BEGIN DATASET RECORDS

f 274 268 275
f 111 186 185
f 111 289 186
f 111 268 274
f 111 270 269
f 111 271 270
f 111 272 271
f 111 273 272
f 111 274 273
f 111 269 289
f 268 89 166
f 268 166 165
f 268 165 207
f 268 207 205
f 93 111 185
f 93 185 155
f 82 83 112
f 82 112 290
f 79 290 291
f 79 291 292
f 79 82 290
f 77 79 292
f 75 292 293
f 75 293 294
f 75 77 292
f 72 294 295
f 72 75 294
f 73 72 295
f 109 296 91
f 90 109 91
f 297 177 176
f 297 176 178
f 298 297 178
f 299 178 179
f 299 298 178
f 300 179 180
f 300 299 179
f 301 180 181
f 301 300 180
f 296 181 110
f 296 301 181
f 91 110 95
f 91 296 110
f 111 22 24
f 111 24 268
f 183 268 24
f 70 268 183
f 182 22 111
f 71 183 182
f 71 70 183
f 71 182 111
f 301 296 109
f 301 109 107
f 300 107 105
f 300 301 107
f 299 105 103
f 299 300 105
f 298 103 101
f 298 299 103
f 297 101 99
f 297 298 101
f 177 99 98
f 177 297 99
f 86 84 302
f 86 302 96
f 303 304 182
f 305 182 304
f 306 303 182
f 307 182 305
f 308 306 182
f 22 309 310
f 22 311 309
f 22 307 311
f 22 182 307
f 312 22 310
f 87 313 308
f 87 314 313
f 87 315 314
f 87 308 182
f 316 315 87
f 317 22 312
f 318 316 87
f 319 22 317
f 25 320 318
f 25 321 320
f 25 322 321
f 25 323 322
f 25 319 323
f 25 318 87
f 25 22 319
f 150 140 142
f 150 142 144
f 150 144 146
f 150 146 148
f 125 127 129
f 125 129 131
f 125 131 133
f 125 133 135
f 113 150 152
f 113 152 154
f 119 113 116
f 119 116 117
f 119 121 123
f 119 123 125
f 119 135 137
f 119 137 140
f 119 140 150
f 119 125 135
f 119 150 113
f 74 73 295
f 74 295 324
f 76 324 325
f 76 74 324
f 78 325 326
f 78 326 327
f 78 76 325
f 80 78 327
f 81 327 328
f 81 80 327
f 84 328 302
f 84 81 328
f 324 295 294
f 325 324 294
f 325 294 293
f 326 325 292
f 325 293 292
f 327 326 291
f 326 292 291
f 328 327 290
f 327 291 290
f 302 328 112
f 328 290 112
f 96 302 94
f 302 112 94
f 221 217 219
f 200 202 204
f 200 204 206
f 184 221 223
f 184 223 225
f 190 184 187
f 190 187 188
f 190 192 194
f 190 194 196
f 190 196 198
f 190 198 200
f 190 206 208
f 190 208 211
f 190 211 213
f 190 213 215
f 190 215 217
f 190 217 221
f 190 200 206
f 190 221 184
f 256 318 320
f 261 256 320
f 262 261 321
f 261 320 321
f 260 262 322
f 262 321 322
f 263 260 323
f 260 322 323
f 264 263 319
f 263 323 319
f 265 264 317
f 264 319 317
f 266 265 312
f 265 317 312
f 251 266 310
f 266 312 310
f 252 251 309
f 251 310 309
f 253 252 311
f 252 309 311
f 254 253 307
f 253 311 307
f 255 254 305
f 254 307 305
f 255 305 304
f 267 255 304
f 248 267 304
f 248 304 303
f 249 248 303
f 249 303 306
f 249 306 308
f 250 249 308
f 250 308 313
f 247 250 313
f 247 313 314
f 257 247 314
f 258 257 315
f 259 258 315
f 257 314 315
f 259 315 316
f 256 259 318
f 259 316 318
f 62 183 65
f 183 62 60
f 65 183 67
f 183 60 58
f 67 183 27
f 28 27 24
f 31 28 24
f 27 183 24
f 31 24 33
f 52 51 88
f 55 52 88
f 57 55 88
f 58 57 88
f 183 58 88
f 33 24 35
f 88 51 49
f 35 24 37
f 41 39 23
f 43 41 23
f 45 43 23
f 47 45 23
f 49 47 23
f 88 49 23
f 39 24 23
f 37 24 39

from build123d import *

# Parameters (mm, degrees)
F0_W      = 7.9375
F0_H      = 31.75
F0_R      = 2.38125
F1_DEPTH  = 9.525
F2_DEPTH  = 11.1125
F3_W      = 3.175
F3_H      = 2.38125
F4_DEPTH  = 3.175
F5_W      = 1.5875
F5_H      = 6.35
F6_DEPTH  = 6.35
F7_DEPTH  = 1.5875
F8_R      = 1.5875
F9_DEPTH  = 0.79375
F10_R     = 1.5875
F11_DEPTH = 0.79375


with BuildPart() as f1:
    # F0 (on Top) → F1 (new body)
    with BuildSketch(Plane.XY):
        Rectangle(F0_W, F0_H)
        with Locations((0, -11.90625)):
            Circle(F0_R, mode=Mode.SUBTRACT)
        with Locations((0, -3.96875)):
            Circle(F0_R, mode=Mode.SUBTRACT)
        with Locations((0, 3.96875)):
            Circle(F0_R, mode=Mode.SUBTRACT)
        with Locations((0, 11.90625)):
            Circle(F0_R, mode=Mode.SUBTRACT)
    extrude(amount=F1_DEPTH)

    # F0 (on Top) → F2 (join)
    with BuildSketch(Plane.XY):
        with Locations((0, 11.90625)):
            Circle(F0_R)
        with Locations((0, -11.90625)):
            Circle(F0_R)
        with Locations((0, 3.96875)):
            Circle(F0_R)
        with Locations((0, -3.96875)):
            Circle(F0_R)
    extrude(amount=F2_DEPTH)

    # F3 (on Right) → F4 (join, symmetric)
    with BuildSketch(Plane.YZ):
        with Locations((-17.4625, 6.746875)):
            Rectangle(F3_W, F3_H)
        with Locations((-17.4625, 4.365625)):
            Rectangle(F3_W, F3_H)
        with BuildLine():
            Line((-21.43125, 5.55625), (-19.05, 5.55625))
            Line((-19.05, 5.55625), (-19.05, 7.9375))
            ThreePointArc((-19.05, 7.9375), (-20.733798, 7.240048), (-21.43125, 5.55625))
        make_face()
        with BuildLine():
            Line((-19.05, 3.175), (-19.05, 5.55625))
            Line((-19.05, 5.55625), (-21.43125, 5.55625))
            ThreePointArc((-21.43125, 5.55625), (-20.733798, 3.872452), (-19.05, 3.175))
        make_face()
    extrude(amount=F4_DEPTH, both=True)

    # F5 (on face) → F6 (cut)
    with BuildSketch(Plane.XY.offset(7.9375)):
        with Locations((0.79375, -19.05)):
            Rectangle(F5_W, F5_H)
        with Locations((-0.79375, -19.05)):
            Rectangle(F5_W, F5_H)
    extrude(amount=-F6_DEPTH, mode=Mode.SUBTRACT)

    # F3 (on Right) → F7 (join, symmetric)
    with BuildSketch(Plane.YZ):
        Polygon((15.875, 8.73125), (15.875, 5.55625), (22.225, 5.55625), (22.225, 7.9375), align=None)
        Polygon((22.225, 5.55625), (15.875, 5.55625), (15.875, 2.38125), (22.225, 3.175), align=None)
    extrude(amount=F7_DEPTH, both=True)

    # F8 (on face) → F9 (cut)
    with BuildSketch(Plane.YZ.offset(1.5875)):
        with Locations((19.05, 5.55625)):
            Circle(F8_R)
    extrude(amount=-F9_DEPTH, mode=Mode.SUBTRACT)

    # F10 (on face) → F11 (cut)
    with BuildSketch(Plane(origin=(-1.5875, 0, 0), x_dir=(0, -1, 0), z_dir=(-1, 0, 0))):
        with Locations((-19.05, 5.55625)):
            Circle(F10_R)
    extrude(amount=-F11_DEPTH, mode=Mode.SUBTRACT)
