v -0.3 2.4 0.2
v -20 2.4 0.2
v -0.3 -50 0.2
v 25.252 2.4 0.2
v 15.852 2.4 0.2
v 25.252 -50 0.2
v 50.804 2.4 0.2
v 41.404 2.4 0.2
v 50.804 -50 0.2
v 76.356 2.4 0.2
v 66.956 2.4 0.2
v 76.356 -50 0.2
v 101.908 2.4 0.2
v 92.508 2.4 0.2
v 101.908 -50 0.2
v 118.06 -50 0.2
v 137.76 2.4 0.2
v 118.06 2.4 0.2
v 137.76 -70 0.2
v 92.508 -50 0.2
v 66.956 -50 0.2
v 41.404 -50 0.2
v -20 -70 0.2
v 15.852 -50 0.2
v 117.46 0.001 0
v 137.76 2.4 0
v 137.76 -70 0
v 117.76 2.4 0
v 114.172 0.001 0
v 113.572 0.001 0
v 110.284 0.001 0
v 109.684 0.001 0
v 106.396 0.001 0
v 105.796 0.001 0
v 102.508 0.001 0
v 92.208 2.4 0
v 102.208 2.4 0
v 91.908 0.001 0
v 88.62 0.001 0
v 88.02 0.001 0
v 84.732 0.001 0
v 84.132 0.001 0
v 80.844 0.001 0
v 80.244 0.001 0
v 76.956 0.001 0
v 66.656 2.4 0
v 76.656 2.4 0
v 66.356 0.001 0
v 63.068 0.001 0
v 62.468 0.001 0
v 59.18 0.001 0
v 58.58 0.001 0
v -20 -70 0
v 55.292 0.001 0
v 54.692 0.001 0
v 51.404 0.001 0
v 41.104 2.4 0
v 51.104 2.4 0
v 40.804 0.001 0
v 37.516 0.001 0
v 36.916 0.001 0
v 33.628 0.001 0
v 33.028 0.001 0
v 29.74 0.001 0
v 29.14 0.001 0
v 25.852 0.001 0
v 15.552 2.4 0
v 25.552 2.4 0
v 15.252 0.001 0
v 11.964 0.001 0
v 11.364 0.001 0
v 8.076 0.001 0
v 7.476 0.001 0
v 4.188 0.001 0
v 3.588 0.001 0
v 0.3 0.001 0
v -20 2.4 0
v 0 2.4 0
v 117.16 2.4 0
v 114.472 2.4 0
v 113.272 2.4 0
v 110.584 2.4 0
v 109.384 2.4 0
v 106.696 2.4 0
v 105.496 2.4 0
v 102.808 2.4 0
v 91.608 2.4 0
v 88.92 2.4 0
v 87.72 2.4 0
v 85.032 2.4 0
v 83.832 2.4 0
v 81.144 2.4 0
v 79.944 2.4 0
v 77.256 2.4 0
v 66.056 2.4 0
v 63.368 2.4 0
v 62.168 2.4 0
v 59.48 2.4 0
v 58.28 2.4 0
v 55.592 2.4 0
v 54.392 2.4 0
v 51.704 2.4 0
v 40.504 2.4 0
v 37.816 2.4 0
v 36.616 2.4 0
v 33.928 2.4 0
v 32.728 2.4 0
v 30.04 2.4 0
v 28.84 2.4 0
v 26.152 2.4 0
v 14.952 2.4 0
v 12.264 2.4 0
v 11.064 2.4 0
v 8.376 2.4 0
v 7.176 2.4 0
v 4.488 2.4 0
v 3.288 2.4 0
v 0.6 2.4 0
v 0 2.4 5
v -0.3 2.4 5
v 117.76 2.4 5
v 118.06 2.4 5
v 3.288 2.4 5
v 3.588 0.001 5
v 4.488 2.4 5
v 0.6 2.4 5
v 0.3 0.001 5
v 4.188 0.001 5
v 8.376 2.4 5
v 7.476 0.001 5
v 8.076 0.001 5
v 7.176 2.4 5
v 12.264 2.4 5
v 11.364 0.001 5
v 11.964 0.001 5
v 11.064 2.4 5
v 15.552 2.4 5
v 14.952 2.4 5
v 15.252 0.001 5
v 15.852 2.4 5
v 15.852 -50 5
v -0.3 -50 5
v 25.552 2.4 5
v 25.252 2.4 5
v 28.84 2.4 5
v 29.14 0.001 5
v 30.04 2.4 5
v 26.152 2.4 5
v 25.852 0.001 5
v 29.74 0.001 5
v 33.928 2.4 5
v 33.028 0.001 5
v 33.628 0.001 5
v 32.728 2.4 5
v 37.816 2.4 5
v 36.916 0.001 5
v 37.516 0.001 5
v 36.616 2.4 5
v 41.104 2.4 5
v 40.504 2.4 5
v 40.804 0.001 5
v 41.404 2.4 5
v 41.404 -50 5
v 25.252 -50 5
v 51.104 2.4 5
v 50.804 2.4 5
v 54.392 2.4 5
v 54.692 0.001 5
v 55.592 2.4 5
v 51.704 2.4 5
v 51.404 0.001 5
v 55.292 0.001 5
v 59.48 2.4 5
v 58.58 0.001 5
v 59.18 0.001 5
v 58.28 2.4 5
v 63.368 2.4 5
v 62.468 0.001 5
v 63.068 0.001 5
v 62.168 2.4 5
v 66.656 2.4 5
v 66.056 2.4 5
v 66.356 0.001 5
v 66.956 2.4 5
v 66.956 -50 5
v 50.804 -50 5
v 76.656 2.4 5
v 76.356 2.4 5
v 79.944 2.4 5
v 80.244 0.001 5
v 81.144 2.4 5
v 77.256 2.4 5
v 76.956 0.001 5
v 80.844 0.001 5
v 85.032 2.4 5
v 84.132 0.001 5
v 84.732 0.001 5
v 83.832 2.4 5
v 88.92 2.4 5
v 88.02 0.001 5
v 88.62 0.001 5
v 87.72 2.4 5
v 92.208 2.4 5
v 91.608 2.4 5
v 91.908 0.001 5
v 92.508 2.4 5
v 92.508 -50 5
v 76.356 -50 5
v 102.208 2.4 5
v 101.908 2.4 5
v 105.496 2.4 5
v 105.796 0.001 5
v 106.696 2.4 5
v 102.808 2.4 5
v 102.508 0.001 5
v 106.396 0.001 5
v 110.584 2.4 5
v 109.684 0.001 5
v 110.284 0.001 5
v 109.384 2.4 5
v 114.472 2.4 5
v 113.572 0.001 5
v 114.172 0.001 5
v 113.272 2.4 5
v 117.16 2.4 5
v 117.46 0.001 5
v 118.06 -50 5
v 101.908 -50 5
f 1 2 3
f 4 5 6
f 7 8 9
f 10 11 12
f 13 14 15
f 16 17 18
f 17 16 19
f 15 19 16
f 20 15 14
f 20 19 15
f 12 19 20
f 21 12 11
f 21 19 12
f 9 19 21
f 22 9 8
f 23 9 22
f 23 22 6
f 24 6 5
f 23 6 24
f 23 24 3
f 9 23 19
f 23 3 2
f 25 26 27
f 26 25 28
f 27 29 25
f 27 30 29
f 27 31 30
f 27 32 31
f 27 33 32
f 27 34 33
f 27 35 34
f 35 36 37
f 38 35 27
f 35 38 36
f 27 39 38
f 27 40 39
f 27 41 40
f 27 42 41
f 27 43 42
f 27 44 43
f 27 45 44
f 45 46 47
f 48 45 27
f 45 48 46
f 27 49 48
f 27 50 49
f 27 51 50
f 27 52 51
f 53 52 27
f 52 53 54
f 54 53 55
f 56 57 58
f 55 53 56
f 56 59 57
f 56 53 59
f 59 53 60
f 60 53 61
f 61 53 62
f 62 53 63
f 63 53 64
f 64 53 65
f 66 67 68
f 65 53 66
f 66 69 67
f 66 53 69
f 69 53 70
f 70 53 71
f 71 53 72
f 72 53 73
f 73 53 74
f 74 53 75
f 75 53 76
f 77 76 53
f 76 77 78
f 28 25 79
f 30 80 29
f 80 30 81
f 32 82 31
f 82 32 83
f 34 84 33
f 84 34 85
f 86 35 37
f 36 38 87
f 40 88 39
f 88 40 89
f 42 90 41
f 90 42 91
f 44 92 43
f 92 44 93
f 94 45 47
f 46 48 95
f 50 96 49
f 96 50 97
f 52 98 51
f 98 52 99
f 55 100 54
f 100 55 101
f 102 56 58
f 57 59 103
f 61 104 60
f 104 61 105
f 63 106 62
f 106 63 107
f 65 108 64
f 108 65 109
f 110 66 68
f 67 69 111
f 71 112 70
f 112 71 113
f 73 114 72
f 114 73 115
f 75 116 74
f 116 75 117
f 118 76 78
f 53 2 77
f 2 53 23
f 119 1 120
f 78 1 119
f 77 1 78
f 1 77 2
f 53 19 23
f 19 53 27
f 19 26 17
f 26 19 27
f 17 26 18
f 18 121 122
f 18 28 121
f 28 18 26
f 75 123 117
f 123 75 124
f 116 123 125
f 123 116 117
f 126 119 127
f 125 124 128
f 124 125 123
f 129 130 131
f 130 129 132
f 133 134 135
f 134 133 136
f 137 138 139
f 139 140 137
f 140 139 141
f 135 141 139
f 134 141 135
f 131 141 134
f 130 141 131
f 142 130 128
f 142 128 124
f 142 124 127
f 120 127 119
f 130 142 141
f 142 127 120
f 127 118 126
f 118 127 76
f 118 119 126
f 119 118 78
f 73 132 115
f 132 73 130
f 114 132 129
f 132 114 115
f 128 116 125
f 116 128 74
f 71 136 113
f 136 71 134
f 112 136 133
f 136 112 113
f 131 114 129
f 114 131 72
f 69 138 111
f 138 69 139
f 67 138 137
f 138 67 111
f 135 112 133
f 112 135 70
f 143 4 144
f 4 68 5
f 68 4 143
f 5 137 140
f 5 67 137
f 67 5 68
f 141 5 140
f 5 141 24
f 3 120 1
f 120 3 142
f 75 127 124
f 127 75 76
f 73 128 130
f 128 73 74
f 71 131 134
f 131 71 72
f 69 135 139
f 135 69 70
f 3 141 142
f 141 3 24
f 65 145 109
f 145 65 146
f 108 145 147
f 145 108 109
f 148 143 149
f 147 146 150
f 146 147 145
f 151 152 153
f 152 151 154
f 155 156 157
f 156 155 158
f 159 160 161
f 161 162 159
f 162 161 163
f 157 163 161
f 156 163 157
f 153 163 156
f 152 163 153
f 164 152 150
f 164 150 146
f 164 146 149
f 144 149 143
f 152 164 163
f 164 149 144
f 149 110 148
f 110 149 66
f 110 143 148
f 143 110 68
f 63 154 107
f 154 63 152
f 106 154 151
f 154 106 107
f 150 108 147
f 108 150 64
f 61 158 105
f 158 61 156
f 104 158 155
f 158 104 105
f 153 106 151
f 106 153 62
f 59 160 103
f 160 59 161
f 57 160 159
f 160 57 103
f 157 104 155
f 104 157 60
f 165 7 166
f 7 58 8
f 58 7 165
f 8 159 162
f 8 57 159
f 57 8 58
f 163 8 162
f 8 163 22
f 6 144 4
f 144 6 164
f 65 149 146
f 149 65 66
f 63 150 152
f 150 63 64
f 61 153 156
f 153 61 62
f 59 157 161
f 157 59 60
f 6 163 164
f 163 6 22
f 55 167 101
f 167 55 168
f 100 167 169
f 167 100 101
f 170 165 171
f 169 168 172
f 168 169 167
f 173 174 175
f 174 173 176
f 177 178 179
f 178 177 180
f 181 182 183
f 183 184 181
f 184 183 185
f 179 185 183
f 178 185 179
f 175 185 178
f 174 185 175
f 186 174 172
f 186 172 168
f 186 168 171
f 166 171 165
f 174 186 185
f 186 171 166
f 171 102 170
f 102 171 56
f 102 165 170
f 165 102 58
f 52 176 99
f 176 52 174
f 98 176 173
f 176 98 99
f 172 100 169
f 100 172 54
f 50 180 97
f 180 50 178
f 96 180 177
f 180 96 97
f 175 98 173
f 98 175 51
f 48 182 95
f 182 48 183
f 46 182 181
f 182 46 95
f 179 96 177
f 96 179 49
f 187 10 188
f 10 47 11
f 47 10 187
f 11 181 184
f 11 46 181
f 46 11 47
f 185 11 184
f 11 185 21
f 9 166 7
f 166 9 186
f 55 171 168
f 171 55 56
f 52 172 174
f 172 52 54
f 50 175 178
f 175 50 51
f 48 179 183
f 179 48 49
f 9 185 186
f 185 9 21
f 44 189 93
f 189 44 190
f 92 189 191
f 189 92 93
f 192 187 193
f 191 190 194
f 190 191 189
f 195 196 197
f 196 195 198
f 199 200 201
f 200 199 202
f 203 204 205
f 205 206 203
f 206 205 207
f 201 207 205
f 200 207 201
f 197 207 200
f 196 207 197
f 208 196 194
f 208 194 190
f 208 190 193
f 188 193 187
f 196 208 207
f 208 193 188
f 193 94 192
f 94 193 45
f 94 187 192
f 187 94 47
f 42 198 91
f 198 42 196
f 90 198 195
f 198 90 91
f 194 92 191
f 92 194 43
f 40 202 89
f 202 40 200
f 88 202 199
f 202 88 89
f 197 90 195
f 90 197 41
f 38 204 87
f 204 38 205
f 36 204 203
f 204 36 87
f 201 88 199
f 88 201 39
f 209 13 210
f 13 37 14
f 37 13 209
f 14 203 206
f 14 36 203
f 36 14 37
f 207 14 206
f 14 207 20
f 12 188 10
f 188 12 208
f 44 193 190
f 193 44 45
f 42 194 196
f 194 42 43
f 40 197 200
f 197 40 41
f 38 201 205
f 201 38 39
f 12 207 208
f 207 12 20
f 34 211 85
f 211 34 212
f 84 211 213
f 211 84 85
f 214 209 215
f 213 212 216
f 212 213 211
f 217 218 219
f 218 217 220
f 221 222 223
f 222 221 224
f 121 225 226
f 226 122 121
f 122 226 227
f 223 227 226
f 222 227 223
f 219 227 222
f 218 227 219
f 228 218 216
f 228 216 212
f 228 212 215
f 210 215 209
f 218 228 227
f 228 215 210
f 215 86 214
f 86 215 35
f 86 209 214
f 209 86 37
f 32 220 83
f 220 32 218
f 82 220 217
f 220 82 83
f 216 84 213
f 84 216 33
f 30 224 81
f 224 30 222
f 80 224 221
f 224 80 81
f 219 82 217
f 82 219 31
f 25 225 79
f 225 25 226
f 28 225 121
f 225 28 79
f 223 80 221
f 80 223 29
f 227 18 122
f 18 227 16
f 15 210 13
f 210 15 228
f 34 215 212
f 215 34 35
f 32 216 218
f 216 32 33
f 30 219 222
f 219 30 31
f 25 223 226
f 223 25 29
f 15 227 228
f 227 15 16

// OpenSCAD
alternate = 0;

tpla=true;pp=false; material = tpla;
jigsaw=0;suture=1; type = suture;

approx_h = 5;
approx_w = 17;

b_mult = 4.48; // 3

h_min = .5;

repeats = 5;

wamin = .6;
wbmin = wamin * b_mult;

// jigsaw settings
t = 35; // angle
m = wamin * .5;
n = wbmin * .5;
sect = 1 / cos(t);
ra = ( m + n*sect - n ) / (2 - sect);
rb = ( n - ra*(cos(t)-1) ) / cos(t);

// suture settings
suture_dw = -0.3;
suture_w2 = wamin - 2 * suture_dw;
suture_w1 = wbmin - 2 * suture_dw;
suture_l = 2.4;

tot_l = 50;

brim = 10;
outer_brim = 20;
brim_h = .2;

fn=32;

h = h_min * alternate + (1-alternate) * approx_h;

dwa = ra*cos(t);
dwb = rb*cos(t);
dla = ra*sin(t);
dlb = rb*sin(t);


if (type == jigsaw)
{
    echo("min width a:", 2*(dwa+dwb-rb));
    echo("min width b:", 2*(dwa+dwb-ra));
}
else
{
    echo("min width a:", suture_w2 + 2*suture_dw);
    echo("min width b:", suture_w1 + 2*suture_dw);
}
elem_w = (dwa+dwb)*2 * (1-type) + type * (suture_w1+suture_w2+2*suture_dw);
elem_l = (dla+dlb+ra+rb) * (1-type) + type * suture_l;


rep_x = round(approx_w / elem_w);
rep_z = round(approx_h / h) * alternate + (1-alternate);

echo("rep_x:", rep_x);

tot_w = rep_x * elem_w;
tot_h = rep_z * h;
echo("elem width:", elem_w);
echo("elem length:", elem_l);
echo("total width:", tot_w);
echo("total height:", tot_h);

module half()
{
    if (type == jigsaw) half_jigsaw();
        else half_suture();
}
module half_suture()
{
    //translate()
    linear_extrude(h)
    polygon(points=[
    [.001,0],
    [.001,elem_l], 
    [-.5*suture_w2,elem_l],
    [-.5*suture_w2-suture_dw,0],
    [-.5*suture_w2-suture_dw,0]
    ]);
}
module half_jigsaw()
{
    translate([0,elem_l-ra])
    difference()
    {
        union()
        {
            difference()
            {
                cylinder(r=ra, h=h, $fn=fn);
                translate([0.001,-ra,-h]) cube([rb,ra+rb,h*4]);
            }
            translate([-dwa-dwb,-rb-dla-dlb,0]) cube([dwa+dwb+.001,rb+dlb,h]);
        }
        translate([-dwa-dwb,-dla-dlb,-h]) cylinder(r=rb, h=h*4, $fn=fn);
    }
}

module whole()
{
    translate([.5*elem_w,0])
    union()
    {
        half();
        scale([-1,1,1]) half();
    }
}

module whole_alt()
{
    //translate([0,0])
    union()
    {
        translate([elem_w,0,0]) half();
        scale([-1,1,1]) half();
    }
}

END DATASET RECORDS

• [WORK ORDER]:
Exactly as they stand, set down the lines from the top of the data through the line with "f 71 183 182".

• [EXERCISE ANSWER]:
f 274 268 275
f 111 186 185
f 111 289 186
f 111 268 274
f 111 270 269
f 111 271 270
f 111 272 271
f 111 273 272
f 111 274 273
f 111 269 289
f 268 89 166
f 268 166 165
f 268 165 207
f 268 207 205
f 93 111 185
f 93 185 155
f 82 83 112
f 82 112 290
f 79 290 291
f 79 291 292
f 79 82 290
f 77 79 292
f 75 292 293
f 75 293 294
f 75 77 292
f 72 294 295
f 72 75 294
f 73 72 295
f 109 296 91
f 90 109 91
f 297 177 176
f 297 176 178
f 298 297 178
f 299 178 179
f 299 298 178
f 300 179 180
f 300 299 179
f 301 180 181
f 301 300 180
f 296 181 110
f 296 301 181
f 91 110 95
f 91 296 110
f 111 22 24
f 111 24 268
f 183 268 24
f 70 268 183
f 182 22 111
f 71 183 182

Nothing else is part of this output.